5. Conjugal happiness. (St. Petersburg, 1859)
After leaving school, Tolstoy got the idea of getting married, establishing a relationship that gives him balance and helps him mature and become a useful human being. But before taking that step he imagined the idyll between Masha and Sergei, characters with almost nothing in common, united by a marriage that time would modulate. A story from the point of view of the protagonist that shows the different stages of love, what is lost and won on the road.
6. The Cossacks (St. Petersburg, 1863)
A young nobleman, bored with the monotony and dissolute life that Moscow offers him, decides to make a long trip to the Caucasus and enlists in the Army to join a Cossack village. Thus, cadet Olenin finds in the countryside and the mountains enough tranquility to reflect on what he could not focus on while he was the spoiled heir of a rich family in the city. Based on their own experiences, this short novel is not free of conflicts, the armed and the amorous.
7. War and peace (St. Petersburg, 1865-1869)
The later literature would not have been the same without this extensive epic that when talking about war refers to everything a man is, was and will be. It is framed towards the end of the Napoleonic Wars, 1812, and follows with the same realism the squandering and superficiality of the life of the Russian aristocrats and what the soldiers suffered in the infernal battlefield. The two sides of human decadence are put face to face in this unforgettable story released by deliveries, full of subplots and characters that dazzled their contemporaries as much as we do.
8. Anna Karenina (St. Petersburg, 1875-1877)
An overwhelming success in its time for a story that has not lost validity or interest more than a hundred years of being published. Anna is a young woman who seems to have achieved everything after getting married, but who suffers in silence because her apparent perfect life only covers her growing unhappiness, the same one that Tolstoy exposes while criticizing the dizzying upper class of Russia of the nineteenth century. Despite basically telling a love story, it is remarkable the handling of suspense and how this leads to the great outcome.
9. The death of Iván Ilich (St. Petersburg, 1886)
Shall we live according to our own rules or accept that we must meet the expectations of the world? Should we try to be happy or just accept our destiny and fill the space we have reserved? These are the issues that arise in the head of Ivan Ilych on his deathbed and the writer himself hovered with almost sixty years. The central story is a review of his life, by what took him to the unexpected accident that would trigger his end and makes him conclude that he wasted time. A short novel but with an enormous existentialist charge that makes it essential in its bibliography.

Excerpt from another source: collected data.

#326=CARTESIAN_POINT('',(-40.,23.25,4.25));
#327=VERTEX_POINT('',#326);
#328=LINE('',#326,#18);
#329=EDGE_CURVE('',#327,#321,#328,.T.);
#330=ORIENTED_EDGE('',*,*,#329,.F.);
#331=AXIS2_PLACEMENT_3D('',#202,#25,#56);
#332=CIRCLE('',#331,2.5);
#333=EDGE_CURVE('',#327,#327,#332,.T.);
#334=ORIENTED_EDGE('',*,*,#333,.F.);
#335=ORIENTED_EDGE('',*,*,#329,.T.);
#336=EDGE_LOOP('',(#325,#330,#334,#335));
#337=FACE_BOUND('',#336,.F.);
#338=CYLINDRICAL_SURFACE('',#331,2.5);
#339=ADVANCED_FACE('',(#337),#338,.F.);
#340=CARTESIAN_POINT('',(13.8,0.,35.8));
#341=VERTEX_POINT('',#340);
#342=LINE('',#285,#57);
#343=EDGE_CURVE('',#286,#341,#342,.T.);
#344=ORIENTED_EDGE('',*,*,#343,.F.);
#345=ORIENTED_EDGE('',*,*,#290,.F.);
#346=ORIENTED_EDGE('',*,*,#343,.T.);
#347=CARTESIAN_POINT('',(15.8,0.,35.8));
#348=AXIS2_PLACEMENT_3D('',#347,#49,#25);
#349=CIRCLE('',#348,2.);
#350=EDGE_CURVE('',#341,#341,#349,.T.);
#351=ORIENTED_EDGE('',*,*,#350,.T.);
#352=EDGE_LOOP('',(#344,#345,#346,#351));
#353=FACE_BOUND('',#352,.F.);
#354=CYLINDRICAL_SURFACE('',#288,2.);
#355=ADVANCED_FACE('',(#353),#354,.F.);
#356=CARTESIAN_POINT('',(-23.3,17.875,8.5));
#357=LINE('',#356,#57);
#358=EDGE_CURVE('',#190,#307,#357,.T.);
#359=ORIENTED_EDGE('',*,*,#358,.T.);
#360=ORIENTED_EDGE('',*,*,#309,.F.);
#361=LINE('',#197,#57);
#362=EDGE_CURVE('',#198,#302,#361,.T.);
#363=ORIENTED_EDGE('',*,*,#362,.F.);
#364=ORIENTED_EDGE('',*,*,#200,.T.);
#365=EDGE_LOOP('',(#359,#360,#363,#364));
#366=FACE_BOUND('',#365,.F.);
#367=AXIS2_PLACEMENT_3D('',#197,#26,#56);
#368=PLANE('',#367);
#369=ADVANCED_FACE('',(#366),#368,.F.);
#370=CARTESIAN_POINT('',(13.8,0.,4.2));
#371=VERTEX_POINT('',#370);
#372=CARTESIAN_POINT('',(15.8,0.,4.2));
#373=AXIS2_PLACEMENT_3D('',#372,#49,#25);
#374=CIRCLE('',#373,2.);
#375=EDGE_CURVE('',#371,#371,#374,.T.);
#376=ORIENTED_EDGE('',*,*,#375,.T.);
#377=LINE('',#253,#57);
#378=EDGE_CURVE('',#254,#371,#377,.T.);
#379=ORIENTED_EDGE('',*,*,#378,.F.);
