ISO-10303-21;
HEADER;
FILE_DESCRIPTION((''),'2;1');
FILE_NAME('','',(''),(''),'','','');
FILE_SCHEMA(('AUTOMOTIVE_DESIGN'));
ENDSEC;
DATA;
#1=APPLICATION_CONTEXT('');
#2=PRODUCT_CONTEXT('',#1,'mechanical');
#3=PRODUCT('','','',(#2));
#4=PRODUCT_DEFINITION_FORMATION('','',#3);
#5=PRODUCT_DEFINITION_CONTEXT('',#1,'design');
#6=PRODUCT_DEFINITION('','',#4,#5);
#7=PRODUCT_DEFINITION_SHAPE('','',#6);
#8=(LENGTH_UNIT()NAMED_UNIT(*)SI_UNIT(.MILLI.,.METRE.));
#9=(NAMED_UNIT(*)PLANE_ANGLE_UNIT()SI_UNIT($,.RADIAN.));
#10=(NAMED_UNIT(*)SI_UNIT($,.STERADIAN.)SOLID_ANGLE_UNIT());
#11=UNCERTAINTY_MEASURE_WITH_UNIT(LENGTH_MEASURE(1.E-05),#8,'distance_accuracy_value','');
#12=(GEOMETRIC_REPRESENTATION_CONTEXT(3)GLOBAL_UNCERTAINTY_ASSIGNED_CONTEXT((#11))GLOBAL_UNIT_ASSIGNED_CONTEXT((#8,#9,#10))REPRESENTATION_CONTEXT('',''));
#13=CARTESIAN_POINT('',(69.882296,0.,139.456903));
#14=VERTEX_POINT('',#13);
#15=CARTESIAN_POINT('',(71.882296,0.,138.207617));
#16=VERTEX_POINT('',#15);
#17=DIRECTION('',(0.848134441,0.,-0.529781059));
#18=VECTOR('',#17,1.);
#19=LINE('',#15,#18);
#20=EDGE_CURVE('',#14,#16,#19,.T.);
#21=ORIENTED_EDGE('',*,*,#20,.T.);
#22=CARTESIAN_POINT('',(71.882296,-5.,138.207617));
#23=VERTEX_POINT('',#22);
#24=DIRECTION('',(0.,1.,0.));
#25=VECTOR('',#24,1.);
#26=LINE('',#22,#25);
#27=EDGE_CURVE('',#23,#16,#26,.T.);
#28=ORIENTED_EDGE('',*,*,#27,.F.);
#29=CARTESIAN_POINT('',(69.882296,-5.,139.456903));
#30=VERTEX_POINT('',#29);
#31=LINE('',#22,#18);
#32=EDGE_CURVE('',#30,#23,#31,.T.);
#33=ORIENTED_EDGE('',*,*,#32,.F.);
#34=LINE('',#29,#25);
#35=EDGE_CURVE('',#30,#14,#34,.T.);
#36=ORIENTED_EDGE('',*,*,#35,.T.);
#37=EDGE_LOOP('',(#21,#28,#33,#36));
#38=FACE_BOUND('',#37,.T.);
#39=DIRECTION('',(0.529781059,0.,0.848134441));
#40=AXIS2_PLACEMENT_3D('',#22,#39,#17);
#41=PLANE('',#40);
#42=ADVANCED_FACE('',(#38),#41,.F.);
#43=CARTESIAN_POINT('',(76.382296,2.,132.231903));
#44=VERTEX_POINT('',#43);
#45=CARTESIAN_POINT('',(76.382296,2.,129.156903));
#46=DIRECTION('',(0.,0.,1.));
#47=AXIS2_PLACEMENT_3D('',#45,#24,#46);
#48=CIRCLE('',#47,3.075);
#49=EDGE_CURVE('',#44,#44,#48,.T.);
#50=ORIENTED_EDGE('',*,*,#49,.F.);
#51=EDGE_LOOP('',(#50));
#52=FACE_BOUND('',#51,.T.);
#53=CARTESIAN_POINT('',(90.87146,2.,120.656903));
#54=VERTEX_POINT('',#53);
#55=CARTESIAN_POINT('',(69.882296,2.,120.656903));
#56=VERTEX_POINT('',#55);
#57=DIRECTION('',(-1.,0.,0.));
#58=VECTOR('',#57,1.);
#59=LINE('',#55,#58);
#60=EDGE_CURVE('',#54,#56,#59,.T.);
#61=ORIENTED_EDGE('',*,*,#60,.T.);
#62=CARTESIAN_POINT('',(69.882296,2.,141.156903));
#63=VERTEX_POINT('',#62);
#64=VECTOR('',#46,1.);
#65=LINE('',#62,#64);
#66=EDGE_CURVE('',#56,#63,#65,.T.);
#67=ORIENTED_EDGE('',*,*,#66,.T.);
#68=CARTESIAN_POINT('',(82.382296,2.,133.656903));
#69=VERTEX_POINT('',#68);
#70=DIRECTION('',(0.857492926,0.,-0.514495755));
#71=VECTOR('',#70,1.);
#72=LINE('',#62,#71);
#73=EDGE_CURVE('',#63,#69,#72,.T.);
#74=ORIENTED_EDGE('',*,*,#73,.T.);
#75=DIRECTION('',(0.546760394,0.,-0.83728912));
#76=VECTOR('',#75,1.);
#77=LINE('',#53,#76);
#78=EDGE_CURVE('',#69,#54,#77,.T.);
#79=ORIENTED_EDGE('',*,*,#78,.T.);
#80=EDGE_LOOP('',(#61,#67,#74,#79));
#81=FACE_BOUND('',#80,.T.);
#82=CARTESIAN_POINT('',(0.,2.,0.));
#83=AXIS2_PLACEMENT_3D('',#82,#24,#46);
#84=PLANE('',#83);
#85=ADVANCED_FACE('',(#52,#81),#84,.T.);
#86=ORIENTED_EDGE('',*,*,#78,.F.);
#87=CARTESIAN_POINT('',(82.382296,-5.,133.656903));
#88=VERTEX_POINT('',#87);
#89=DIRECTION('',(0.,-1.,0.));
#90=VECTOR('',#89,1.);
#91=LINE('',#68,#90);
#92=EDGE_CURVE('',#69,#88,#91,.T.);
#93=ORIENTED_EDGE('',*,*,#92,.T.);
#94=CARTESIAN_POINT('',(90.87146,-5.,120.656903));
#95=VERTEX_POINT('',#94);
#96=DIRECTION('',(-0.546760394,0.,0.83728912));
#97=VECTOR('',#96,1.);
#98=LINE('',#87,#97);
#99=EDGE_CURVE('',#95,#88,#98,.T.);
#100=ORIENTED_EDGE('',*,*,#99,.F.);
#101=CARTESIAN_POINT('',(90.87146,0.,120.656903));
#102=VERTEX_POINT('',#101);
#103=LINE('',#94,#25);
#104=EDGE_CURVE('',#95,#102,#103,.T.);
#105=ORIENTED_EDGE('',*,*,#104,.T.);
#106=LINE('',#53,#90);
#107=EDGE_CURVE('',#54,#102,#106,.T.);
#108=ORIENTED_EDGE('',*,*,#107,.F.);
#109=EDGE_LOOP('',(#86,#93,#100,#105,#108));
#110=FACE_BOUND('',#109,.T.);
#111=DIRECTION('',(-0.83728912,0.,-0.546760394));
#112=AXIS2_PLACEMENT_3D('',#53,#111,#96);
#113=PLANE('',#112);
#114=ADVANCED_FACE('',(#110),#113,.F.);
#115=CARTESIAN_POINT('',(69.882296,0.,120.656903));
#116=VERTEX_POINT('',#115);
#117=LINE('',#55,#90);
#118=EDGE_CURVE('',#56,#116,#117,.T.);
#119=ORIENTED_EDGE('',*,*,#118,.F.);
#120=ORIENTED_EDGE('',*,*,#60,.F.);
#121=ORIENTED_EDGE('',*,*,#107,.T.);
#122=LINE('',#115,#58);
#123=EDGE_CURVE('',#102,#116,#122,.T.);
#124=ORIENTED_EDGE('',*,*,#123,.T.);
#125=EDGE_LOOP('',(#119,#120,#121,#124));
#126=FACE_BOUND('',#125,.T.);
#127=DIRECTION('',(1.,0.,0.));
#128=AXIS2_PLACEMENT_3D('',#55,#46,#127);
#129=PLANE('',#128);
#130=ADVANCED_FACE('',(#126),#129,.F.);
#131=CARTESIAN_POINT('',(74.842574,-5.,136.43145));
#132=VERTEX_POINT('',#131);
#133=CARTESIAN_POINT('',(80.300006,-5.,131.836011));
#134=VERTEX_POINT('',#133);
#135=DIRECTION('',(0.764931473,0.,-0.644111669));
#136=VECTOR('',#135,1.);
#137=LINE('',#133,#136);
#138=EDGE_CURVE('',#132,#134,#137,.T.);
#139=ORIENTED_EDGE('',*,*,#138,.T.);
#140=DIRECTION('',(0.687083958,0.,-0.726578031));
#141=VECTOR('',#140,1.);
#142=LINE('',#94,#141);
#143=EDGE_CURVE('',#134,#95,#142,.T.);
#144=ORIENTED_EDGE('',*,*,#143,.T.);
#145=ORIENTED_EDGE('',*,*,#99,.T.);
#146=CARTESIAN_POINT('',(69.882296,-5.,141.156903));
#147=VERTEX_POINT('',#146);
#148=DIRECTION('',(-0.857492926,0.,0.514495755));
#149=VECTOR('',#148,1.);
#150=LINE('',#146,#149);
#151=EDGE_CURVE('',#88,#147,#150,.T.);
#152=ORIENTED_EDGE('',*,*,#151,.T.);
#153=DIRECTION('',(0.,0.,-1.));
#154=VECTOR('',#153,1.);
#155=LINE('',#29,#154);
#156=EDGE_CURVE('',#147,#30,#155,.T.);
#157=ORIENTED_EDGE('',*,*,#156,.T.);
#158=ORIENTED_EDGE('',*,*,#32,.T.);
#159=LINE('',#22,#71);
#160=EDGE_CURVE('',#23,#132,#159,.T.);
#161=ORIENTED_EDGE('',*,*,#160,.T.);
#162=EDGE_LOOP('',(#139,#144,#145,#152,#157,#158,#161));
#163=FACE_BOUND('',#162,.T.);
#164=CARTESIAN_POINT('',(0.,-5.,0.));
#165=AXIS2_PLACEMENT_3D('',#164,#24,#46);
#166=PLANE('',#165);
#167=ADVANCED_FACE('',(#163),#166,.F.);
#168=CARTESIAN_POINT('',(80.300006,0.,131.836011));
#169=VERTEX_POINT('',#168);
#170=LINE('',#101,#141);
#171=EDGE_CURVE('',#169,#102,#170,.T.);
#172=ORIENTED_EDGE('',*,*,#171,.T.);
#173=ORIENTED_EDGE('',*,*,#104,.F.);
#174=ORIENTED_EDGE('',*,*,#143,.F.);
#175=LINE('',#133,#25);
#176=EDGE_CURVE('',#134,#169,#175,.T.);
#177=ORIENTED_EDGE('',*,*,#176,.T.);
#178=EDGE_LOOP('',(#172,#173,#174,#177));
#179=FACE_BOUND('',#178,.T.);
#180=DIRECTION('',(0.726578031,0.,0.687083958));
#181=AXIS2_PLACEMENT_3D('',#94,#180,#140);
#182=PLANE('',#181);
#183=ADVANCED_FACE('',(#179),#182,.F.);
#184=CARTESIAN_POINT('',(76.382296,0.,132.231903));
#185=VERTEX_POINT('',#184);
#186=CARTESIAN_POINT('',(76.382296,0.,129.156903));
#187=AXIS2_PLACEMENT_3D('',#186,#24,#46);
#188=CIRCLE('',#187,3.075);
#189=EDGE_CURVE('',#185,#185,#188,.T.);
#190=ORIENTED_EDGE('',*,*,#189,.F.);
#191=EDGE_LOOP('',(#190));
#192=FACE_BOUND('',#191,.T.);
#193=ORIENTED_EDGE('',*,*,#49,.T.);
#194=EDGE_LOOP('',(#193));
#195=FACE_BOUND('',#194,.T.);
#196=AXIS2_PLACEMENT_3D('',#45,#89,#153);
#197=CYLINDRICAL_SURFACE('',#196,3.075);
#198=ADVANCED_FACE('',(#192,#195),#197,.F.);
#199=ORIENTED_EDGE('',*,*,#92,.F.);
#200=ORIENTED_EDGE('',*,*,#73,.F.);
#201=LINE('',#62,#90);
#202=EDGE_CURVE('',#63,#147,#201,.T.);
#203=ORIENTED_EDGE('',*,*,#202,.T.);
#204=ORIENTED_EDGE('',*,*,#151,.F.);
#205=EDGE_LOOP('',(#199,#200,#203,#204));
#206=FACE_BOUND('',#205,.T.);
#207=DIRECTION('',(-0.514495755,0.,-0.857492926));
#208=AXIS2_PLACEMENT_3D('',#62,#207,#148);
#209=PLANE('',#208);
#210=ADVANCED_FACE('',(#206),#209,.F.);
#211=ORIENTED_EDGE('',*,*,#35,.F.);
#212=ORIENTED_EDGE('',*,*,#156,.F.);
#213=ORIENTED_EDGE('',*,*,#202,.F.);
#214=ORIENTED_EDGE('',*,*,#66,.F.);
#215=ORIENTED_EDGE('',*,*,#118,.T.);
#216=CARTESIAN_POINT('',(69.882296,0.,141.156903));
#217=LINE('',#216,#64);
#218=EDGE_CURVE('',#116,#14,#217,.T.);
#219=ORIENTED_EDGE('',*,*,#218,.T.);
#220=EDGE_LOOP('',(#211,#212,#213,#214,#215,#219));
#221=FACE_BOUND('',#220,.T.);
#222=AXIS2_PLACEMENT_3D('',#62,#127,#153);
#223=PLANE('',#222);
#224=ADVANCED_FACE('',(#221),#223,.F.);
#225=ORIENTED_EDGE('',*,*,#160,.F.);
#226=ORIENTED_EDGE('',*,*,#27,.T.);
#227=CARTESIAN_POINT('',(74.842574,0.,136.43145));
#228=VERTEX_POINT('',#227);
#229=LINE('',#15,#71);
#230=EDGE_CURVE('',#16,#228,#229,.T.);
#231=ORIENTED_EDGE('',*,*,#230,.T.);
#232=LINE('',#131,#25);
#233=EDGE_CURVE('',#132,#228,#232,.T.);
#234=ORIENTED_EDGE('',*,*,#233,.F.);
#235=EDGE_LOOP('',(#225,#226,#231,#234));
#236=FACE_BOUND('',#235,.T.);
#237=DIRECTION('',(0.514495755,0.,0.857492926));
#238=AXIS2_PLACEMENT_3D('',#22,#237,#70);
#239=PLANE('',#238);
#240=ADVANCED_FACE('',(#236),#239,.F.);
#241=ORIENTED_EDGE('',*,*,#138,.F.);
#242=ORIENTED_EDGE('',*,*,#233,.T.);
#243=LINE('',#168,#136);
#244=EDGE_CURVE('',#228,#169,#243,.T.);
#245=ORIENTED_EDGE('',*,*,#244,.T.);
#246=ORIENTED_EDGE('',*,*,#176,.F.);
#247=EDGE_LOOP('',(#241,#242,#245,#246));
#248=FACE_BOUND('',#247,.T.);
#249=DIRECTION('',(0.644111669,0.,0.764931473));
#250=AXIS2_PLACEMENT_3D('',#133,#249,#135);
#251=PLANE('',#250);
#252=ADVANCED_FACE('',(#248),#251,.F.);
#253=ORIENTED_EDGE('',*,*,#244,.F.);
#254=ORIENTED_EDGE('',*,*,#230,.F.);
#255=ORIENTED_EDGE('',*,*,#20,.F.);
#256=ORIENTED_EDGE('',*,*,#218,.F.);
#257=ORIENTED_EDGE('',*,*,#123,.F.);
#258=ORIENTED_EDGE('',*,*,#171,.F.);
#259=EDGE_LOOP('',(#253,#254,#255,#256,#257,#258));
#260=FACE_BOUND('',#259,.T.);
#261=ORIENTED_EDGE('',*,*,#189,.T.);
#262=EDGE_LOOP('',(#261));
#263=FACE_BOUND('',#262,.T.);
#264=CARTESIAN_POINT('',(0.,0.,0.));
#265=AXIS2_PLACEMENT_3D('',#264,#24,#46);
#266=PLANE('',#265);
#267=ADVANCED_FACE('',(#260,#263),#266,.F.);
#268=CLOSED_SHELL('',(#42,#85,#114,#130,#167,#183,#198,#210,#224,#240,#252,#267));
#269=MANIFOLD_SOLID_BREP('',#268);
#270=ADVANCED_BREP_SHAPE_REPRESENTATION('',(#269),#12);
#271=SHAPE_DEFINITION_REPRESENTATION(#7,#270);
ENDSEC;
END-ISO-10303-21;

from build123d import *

# Parameters (mm, degrees)
SKETCH1_R           = 3.075
BOSS_EXTRUDE1_DEPTH = 2
BOSS_EXTRUDE2_DEPTH = 5


with BuildPart() as part:
    # Sketch1 → Boss-Extrude1 (new body)
    with BuildSketch(Plane(origin=(0, 0, 0), x_dir=(1, 0, 0), z_dir=(0, 1, 0))):
        Polygon((69.882295615, -141.15690287), (82.382295615, -133.65690287), (90.871460172, -120.65690287), (69.882295615, -120.65690287), align=None)
        with Locations(Location((76.382295615, -129.15690287, 0), (0, 0, 270))):
            Circle(SKETCH1_R, mode=Mode.SUBTRACT)
    extrude(amount=BOSS_EXTRUDE1_DEPTH)

    # Sketch2 → Boss-Extrude2 (add)
    with BuildSketch(Plane(origin=(0, 0, 0), x_dir=(-1, 0, 0), z_dir=(0, -1, 0))):
        Polygon((-69.882295615, -141.15690287), (-82.382295615, -133.65690287), (-90.871460172, -120.65690287), (-80.30000632, -131.836011395), (-74.842574052, -136.43145024), (-71.882295615, -138.207617302), (-69.882295615, -139.45690287), align=None)
    extrude(amount=BOSS_EXTRUDE2_DEPTH)


solid = part.part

10. The kingdom of God is Within You (Germany, 1894)
The philosophical side of the writer embroiders the pages of this essay about the interpretation that makes Christianity, more than a cluster of sublime ideas, a practical guide to conduct. What did not like the religious and political authorities of that time and what ended up censored and excommunicated, something that took as a personal triumph. It is famous the influence that this text had on the Indian thinker Mahatma Gandhi and his peaceful resistance to achieve the liberation of his country.